FOR IMMEDIATE RELEASE
August 10, 2012
NEWARK, N.J. – Federal agents have arrested three of four men in conjunction with a scheme to steal identity information and use it in the preparation and filing of fraudulent income tax returns to generate illegal refunds, U.S. Attorney Paul J. Fishman announced today.
Evans Boamah, 30, of Elizabeth, N.J.; Alidu Dramani, 33, of Irvington, N.J.; and Thomas Donkor, 30, of Parlin, N.J., were arrested by special agents of IRS-Criminal Investigation and U.S. Secret Service agents. The were charged by Complaint with conspiracy to defraud the government, fraud and aggravated identity theft. A fourth man, Philip Appenteng, 27, of New York, remains at large.
The three defendants in custody are scheduled to make their initial appearances before U.S. Magistrate Judge Cathy L. Waldor this afternoon.
According to the Complaint:
Boamah and Dramani are employees of the North Jersey Developmental Center in Totowa, N.J., an institution operated by the State of New Jersey. Appenteng and Boamah allegedly provided stolen identity information in the form of three pages from a notebook containing 23 names, with Social Security numbers and dates of birth for each name. Records of the Social Security Administration (SSA) established that the Social Security numbers are identified with and connected to New York residents.
The alleged purpose and intent of providing the identity information was to prepare false federal income tax returns that fraudulently generated refunds. The stolen identity information was given to Donkor, a tax preparer, who was told the source of the identity information was a single individual. Donkor allegedly agreed to prepare fraudulent tax returns for the names given to him. Dramani provided a carbon copy list of 18 identities of people who, according to records of the SSA, are currently residing at the institution where Dramani and Boamah are employed. Boamah also provided eight deposit tickets and two blank checks for accounts at PNC bank in New Jersey and JP Morgan Chase bank in New York. The stated purpose of the blank checks was to identify the accounts and routing numbers to which the anticipated refunds should be directly deposited. An examination of these accounts has established that their exclusive function was to receive tax refunds from both federal and state governments and to purchase tax-preparation software. The claims connected to these accounts and made against the IRS totaled $87,250 on 14 tax returns filed for the 2011 tax year.

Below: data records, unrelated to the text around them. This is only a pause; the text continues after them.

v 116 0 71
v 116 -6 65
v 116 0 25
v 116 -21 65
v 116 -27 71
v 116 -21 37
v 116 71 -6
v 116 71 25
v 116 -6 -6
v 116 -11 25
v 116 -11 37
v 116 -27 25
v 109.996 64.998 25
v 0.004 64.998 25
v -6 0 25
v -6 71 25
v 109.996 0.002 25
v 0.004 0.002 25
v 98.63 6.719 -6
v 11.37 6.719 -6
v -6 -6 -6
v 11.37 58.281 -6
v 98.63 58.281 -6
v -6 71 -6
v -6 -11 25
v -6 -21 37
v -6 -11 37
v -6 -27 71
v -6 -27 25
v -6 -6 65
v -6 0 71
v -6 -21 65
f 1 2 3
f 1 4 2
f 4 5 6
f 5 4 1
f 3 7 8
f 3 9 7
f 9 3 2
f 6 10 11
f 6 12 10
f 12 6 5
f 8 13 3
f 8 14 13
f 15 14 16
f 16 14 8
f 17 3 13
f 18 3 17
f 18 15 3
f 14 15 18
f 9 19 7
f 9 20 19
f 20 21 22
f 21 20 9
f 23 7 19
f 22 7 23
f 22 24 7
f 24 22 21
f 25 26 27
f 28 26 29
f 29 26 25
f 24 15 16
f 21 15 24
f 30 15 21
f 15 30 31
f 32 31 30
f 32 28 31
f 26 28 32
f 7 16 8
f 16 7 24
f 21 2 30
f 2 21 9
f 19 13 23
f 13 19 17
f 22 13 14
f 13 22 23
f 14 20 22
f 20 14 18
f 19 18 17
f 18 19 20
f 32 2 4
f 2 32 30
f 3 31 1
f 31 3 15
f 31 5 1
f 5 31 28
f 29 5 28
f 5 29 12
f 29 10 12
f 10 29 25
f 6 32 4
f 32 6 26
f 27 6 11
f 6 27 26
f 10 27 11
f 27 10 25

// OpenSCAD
// file: soap_dish_pyramid_frustrum.scad
// Function to create a pyramid from two base corners and a height
// Parameters:
// - x1, y1: Coordinates of the first corner of the base
// - x2, y2: Coordinates of the second corner of the base
// - height: Height of the pyramid
module create_pyramid(x1, y1, x2, y2, height) {
    // Calculate the center of the base
    center_x = (x1 + x2) / 2;
    center_y = (y1 + y2) / 2;
    
    // Define the four corners of the base (assuming a rectangle)
    base_points = [
        [x1, y1, 0],  // Bottom-left
        [x2, y1, 0],  // Bottom-right
        [x2, y2, 0],  // Top-right
        [x1, y2, 0]   // Top-left
    ];
    
    // Define the apex point (centered above the base)
    apex = [center_x, center_y, height];
    
    // Create the faces of the pyramid using polyhedron
    polyhedron(
        points = concat(base_points, [apex]),
        faces = [
            [0, 3, 2, 1],  // Base (rectangle)
            [0, 1, 4],      // Side face 1
            [1, 2, 4],      // Side face 2
            [2, 3, 4],      // Side face 3
            [3, 0, 4]       // Side face 4
        ]
    );
}

// Function to create a pyramid frustum from two base corners and heights
// Parameters:
// - x1, y1: Coordinates of the first corner of the base
// - x2, y2: Coordinates of the second corner of the base
// - pyramid_height: Total height of the complete pyramid
// - frustum_height: Height where the pyramid is cut to create the frustum
module create_pyramid_frustum(x1, y1, x2, y2, pyramid_height, frustum_height) {
    // Calculate the center of the base
    center_x = (x1 + x2) / 2;
    center_y = (y1 + y2) / 2;
    
    // Calculate scale factor for the top face
    scale_factor = 1 - (frustum_height / pyramid_height);
    
    // Calculate base dimensions
    base_width = abs(x2 - x1);
    base_depth = abs(y2 - y1);
    
    // Calculate top face dimensions
    top_width = base_width * scale_factor;
    top_depth = base_depth * scale_factor;
    
    // Calculate top face corners
    top_x1 = center_x - (top_width / 2);
    top_y1 = center_y - (top_depth / 2);
    top_x2 = center_x + (top_width / 2);
    top_y2 = center_y + (top_depth / 2);
    
    // Define all points of the frustum
    points = [
        // Bottom face (base) vertices
        [x1, y1, 0],          // 0: Bottom-left
        [x2, y1, 0],          // 1: Bottom-right
        [x2, y2, 0],          // 2: Top-right
        [x1, y2, 0],          // 3: Top-left
        
        // Top face vertices
        [top_x1, top_y1, frustum_height],  // 4: Bottom-left
        [top_x2, top_y1, frustum_height],  // 5: Bottom-right
        [top_x2, top_y2, frustum_height],  // 6: Top-right
        [top_x1, top_y2, frustum_height]   // 7: Top-left
    ];
    
    // Define the faces of the frustum
    faces = [
        [0, 3, 2, 1],  // Bottom face
        [4, 5, 6, 7],  // Top face
        [0, 4, 7, 3],  // Left face
        [1, 5, 4, 0],  // Front face
        [2, 6, 5, 1],  // Right face
        [3, 7, 6, 2]   // Back face
    ];
    
    // Create the frustum
    polyhedron(points = points, faces = faces, convexity = 2);
}

// Modified pyramid frustum function with epsilon adjustments
// to help prevent rendering artifacts
module create_pyramid_frustum_fixed(x1, y1, x2, y2, pyramid_height, frustum_height) {
    // Use a small epsilon value to prevent coincident faces
    eps = 0.01;
    
    // Calculate the center of the base
    center_x = (x1 + x2) / 2;
    center_y = (y1 + y2) / 2;
    
    // Calculate scale factor for the top face
    scale_factor = 1 - (frustum_height / pyramid_height);
    
    // Calculate base dimensions
    base_width = abs(x2 - x1);
    base_depth = abs(y2 - y1);
    
    // Calculate top face dimensions
    top_width = base_width * scale_factor;
    top_depth = base_depth * scale_factor;
    
    // Calculate top face corners with slightly adjusted dimensions
    // to ensure the solid is manifold
    top_x1 = center_x - (top_width / 2) + (frustum_height < 0 ? -eps : eps);
    top_y1 = center_y - (top_depth / 2) + (frustum_height < 0 ? -eps : eps);
    top_x2 = center_x + (top_width / 2) - (frustum_height < 0 ? -eps : eps);
    top_y2 = center_y + (top_depth / 2) - (frustum_height < 0 ? -eps : eps);
    
    // Define all points of the frustum
    points = [
        // Bottom face (base) vertices
        [x1, y1, 0],          // 0: Bottom-left
        [x2, y1, 0],          // 1: Bottom-right
        [x2, y2, 0],          // 2: Top-right
        [x1, y2, 0],          // 3: Top-left
        
        // Top face vertices
        [top_x1, top_y1, frustum_height],  // 4: Bottom-left
        [top_x2, top_y1, frustum_height],  // 5: Bottom-right
        [top_x2, top_y2, frustum_height],  // 6: Top-right
        [top_x1, top_y2, frustum_height]   // 7: Top-left
    ];
    
    // Define the faces of the frustum
    faces = [
        [0, 1, 2, 3],  // Bottom face
        [4, 5, 6, 7],  // Top face
        [0, 4, 7, 3],  // Left face
        [1, 5, 4, 0],  // Front face
        [2, 6, 5, 1],  // Right face
        [3, 7, 6, 2]   // Back face
    ];
    
    // Create the frustum
    polyhedron(points = points, faces = faces, convexity = 10);
}

// Example usage:
//create_pyramid_frustum(-10, -10, 10, 10, -20, -15);

// Example usage:
//create_pyramid(-50, -40, 10, 10, -15);
// main file
include <soap_dish_pyramid_frustrum.scad>

SOAP_WIDTH = 110;
SOAP_DEPTH = 65;
SOAP_HEIGHT = 25;

GLASS_WIDTH = 5;
WALL_SIZE = 6;
EPS = 0.01;
OVERHANG_HEIGHT=40;
OVERHANG_BITE=10;
BACK_OVERHANG_HEIGHT = 40;

// soap dish
//color("white") cube([SOAP_WIDTH, SOAP_DEPTH, SOAP_HEIGHT]);


// bottom soap dish
module basic_dish() {
difference() {
    translate([-WALL_SIZE, -WALL_SIZE, -WALL_SIZE]) {
        cube([SOAP_WIDTH+2*WALL_SIZE, SOAP_DEPTH+2*
        WALL_SIZE, SOAP_HEIGHT+WALL_SIZE]);
    };
//    translate([0, 0, SOAP_HEIGHT + EPS]) {
//        create_pyramid_frustum(0, 0, SOAP_WIDTH, SOAP_DEPTH, -150, -SOAP_HEIGHT - 2*EPS - WALL_SIZE);
//    };
    translate([0, 0, SOAP_HEIGHT + EPS]) {
        create_pyramid(0, 0, SOAP_WIDTH, SOAP_DEPTH, -150);
    };
//    cube([SOAP_WIDTH, SOAP_DEPTH, SOAP_HEIGHT+EPS]);
};
}

module hanger() {

    // wall above back of soap dish
    translate([-WALL_SIZE, -WALL_SIZE, 0])
    cube([SOAP_WIDTH + 2*WALL_SIZE, WALL_SIZE, SOAP_HEIGHT + OVERHANG_HEIGHT]);

    // roof of overhang
    translate([-WALL_SIZE, -2*WALL_SIZE - GLASS_WIDTH - OVERHANG_BITE, SOAP_HEIGHT + OVERHANG_HEIGHT]) {
        cube([SOAP_WIDTH + 2*WALL_SIZE, GLASS_WIDTH + 2*WALL_SIZE + OVERHANG_BITE, WALL_SIZE]);
    };

    // wall on opposite side of glass
    translate([-WALL_SIZE, -2*WALL_SIZE - GLASS_WIDTH - OVERHANG_BITE, SOAP_HEIGHT + OVERHANG_HEIGHT - BACK_OVERHANG_HEIGHT]) {
        cube([SOAP_WIDTH + 2*WALL_SIZE, WALL_SIZE, BACK_OVERHANG_HEIGHT]);
    };

    // section against glass
    translate([-WALL_SIZE, -WALL_SIZE - GLASS_WIDTH - OVERHANG_BITE, SOAP_HEIGHT + OVERHANG_HEIGHT - BACK_OVERHANG_HEIGHT]) {
        cube([SOAP_WIDTH + 2*WALL_SIZE, OVERHANG_BITE, 2*WALL_SIZE]);
    }
}

union() {
    basic_dish();
    hanger();
}

//  color("blue")  translate([0, 0, SOAP_HEIGHT + EPS]) {
//        create_pyramid(0, 0, SOAP_WIDTH, SOAP_DEPTH, -150);
//    };

//translate([0, 0, SOAP_HEIGHT+EPS]) {
//        create_pyramid_frustum(0, 0, SOAP_WIDTH, SOAP_DEPTH, -150, -SOAP_HEIGHT - 2*EPS - WALL_SIZE);
//}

The charges of conspiracy to submit false claims against the United States and identity theft are punishable by a maximum potential prison term of 10 years and five years, respectively, and a fine of $250,000; the charge of aggravated identity theft is punishable by a mandatory prison term of two years, which must be consecutive to the sentence on the other charges.
U.S. Attorney Fishman credited special agents of IRS-Criminal Investigation, under the direction of Acting Special Agent in Charge John R. Tafur, and the U.S. Secret Service, under the direction of Special Agent in Charge Jacob Christine, with the investigation leading to today’s arrests.
The government is represented by Assistant U.S. Attorney Lorraine S. Gerson of the U.S. Attorney’s Office Economic Crimes Unit.
This case was brought in coordination with President Barack Obama’s Financial Fraud Enforcement Task Force. President Obama established the interagency Financial Fraud Enforcement Task Force to wage an aggressive, coordinated, and proactive effort to investigate and prosecute financial crimes. The task force includes representatives from a broad range of federal agencies, regulatory authorities, inspectors general, and state and local law enforcement who, working together, bring to bear a powerful array of criminal and civil enforcement resources. The task force is working to improve efforts across the federal executive branch, and with state and local partners, to investigate and prosecute significant financial crimes, ensure just and effective punishment for those who perpetrate financial crimes, combat discrimination in the lending and financial markets, and recover proceeds for victims of financial crimes.